Besteht die Möglichkeit in einer Textliste mit WinCC flex 2005 und MP370 einen Zeilenumbruch einzufügen?
Wenn "ja", wie?

MfG

spybot


----------



## Onkel Dagobert (18 Oktober 2007)

Hallo spybot,

in Flexible 2005 geht das nicht. Es soll jedoch in Flexible 2007 möglich sein.
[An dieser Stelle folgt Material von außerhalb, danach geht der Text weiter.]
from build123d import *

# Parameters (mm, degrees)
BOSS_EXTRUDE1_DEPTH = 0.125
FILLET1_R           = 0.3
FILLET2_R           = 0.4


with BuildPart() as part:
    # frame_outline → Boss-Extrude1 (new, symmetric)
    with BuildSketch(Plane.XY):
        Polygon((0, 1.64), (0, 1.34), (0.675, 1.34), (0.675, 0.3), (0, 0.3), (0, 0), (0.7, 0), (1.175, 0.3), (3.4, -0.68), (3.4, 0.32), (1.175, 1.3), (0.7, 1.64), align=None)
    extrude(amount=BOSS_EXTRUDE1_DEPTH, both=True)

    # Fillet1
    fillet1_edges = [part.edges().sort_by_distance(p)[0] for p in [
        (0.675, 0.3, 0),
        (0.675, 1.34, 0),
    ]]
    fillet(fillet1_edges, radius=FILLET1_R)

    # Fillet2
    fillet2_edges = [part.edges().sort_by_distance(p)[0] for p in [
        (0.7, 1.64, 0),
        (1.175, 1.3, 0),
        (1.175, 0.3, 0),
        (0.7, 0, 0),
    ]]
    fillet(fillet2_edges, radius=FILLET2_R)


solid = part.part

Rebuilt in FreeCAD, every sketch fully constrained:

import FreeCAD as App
import Part
import Sketcher
from FreeCAD import Vector


def edges_at(feature, points):
    """Names of the edges that pass closest to the given points."""
    edges = feature.Shape.Edges
    near = lambda p: min(range(len(edges)), key=lambda i: edges[i].distToShape(Part.Vertex(*p))[0])
    return sorted({f"Edge{near(p) + 1}" for p in points})

doc = App.newDocument("Part")
body = doc.addObject("PartDesign::Body", "Body")

# Sketch on XY plane
sketch1 = body.newObject("Sketcher::SketchObject", "Sketch")
sketch1.AttachmentSupport = (doc.getObject("XY_Plane"), [""])
sketch1.MapMode = "FlatFace"
sketch1.addGeometry(Part.LineSegment(Vector(0, 1.64, 0), Vector(0, 1.34, 0)), False)
sketch1.addGeometry(Part.LineSegment(Vector(0, 1.34, 0), Vector(0.68, 1.34, 0)), False)
sketch1.addGeometry(Part.LineSegment(Vector(0.68, 1.34, 0), Vector(0.68, 0.3, 0)), False)
sketch1.addGeometry(Part.LineSegment(Vector(0.68, 0.3, 0), Vector(0, 0.3, 0)), False)
sketch1.addGeometry(Part.LineSegment(Vector(0, 0.3, 0), Vector(0, 0, 0)), False)
sketch1.addGeometry(Part.LineSegment(Vector(0, 0, 0), Vector(0.7, 0, 0)), False)
sketch1.addGeometry(Part.LineSegment(Vector(0.7, 0, 0), Vector(1.18, 0.3, 0)), False)
sketch1.addGeometry(Part.LineSegment(Vector(1.18, 0.3, 0), Vector(3.4, -0.68, 0)), False)
sketch1.addGeometry(Part.LineSegment(Vector(3.4, -0.68, 0), Vector(3.4, 0.32, 0)), False)
sketch1.addGeometry(Part.LineSegment(Vector(3.4, 0.32, 0), Vector(1.18, 1.3, 0)), False)
sketch1.addGeometry(Part.LineSegment(Vector(1.18, 1.3, 0), Vector(0.7, 1.64, 0)), False)
sketch1.addGeometry(Part.LineSegment(Vector(0.7, 1.64, 0), Vector(0, 1.64, 0)), False)
sketch1.addConstraint(Sketcher.Constraint("Coincident", 0, 2, 1, 1))
sketch1.addConstraint(Sketcher.Constraint("Coincident", 1, 2, 2, 1))
sketch1.addConstraint(Sketcher.Constraint("Coincident", 2, 2, 3, 1))
sketch1.addConstraint(Sketcher.Constraint("Coincident", 3, 2, 4, 1))
sketch1.addConstraint(Sketcher.Constraint("Coincident", 4, 2, 5, 1))
sketch1.addConstraint(Sketcher.Constraint("Coincident", 5, 2, 6, 1))
sketch1.addConstraint(Sketcher.Constraint("Coincident", 6, 2, 7, 1))
sketch1.addConstraint(Sketcher.Constraint("Coincident", 7, 2, 8, 1))
sketch1.addConstraint(Sketcher.Constraint("Coincident", 8, 2, 9, 1))
sketch1.addConstraint(Sketcher.Constraint("Coincident", 9, 2, 10, 1))
sketch1.addConstraint(Sketcher.Constraint("Coincident", 10, 2, 11, 1))
sketch1.addConstraint(Sketcher.Constraint("Coincident", 11, 2, 0, 1))
sketch1.addConstraint(Sketcher.Constraint("Vertical", 0))
sketch1.addConstraint(Sketcher.Constraint("Horizontal", 1))
sketch1.addConstraint(Sketcher.Constraint("Vertical", 2))
sketch1.addConstraint(Sketcher.Constraint("Horizontal", 3))
sketch1.addConstraint(Sketcher.Constraint("Vertical", 4))
sketch1.addConstraint(Sketcher.Constraint("Horizontal", 5))
sketch1.addConstraint(Sketcher.Constraint("Vertical", 8))
sketch1.addConstraint(Sketcher.Constraint("Horizontal", 11))
sketch1.addConstraint(Sketcher.Constraint("Coincident", 4, 2, -1, 1))
sketch1.addConstraint(Sketcher.Constraint("PointOnObject", 0, 2, -2))
sketch1.addConstraint(Sketcher.Constraint("Parallel", 7, 9))
sketch1.addConstraint(Sketcher.Constraint("Horizontal", 3, 2, 6, 2))
sketch1.addConstraint(Sketcher.Constraint("Vertical", 6, 2, 9, 2))
sketch1.addConstraint(Sketcher.Constraint("Vertical", 5, 2, 10, 2))
sketch1.addConstraint(Sketcher.Constraint("Equal", 0, 4))
sketch1.addConstraint(Sketcher.Constraint("DistanceY", 8, 1, 8, 2, 1.0))
sketch1.addConstraint(Sketcher.Constraint("DistanceX", 5, 1, 5, 2, 0.7))
sketch1.addConstraint(Sketcher.Constraint("DistanceY", 0, 2, 0, 1, 0.3))
sketch1.addConstraint(Sketcher.Constraint("DistanceY", 2, 2, 2, 1, 1.04))
sketch1.addConstraint(Sketcher.Constraint("DistanceX", -1, 1, 7, 2, 3.4))
sketch1.addConstraint(Sketcher.Constraint("DistanceX", 2, 2, 6, 2, 0.5))
sketch1.addConstraint(Sketcher.Constraint("DistanceX", 1, 1, 1, 2, 0.675))
sketch1.addConstraint(Sketcher.Constraint("DistanceY", 7, 2, -1, 1, 0.68))
pad1 = body.newObject("PartDesign::Pad", "Pad")
pad1.Profile = sketch1
pad1.Length = 0.25
pad1.Midplane = True
doc.recompute()

fillet = body.newObject("PartDesign::Fillet", "Fillet")
fillet.Base = (pad1, edges_at(pad1, [(0.675, 0.3, 0), (0.675, 1.34, 0)]))
fillet.Radius = 0.3
doc.recompute()

fillet2 = body.newObject("PartDesign::Fillet", "Fillet001")
fillet2.Base = (fillet, edges_at(fillet, [
    (0.7, 1.64, 0),
    (1.175, 1.3, 0),
    (1.175, 0.3, 0),
    (0.7, 0, 0),
]))
fillet2.Radius = 0.4

doc.recompute()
Ich probiere das heute abend mal aus.


Gruß, Onkel


----------



## spybot (18 Oktober 2007)

Vielen Dank erst einmal für die schnelle Antwort.

Ob es mit WinCC flex. 2007 funktioniert, würde mich sehr interessieren.


----------



## pylades (18 Oktober 2007)

Hi,

Alle neuen Funktionalitäten von WinCC flexible 2007 sind im  folgenden Dokument zusammengefasst.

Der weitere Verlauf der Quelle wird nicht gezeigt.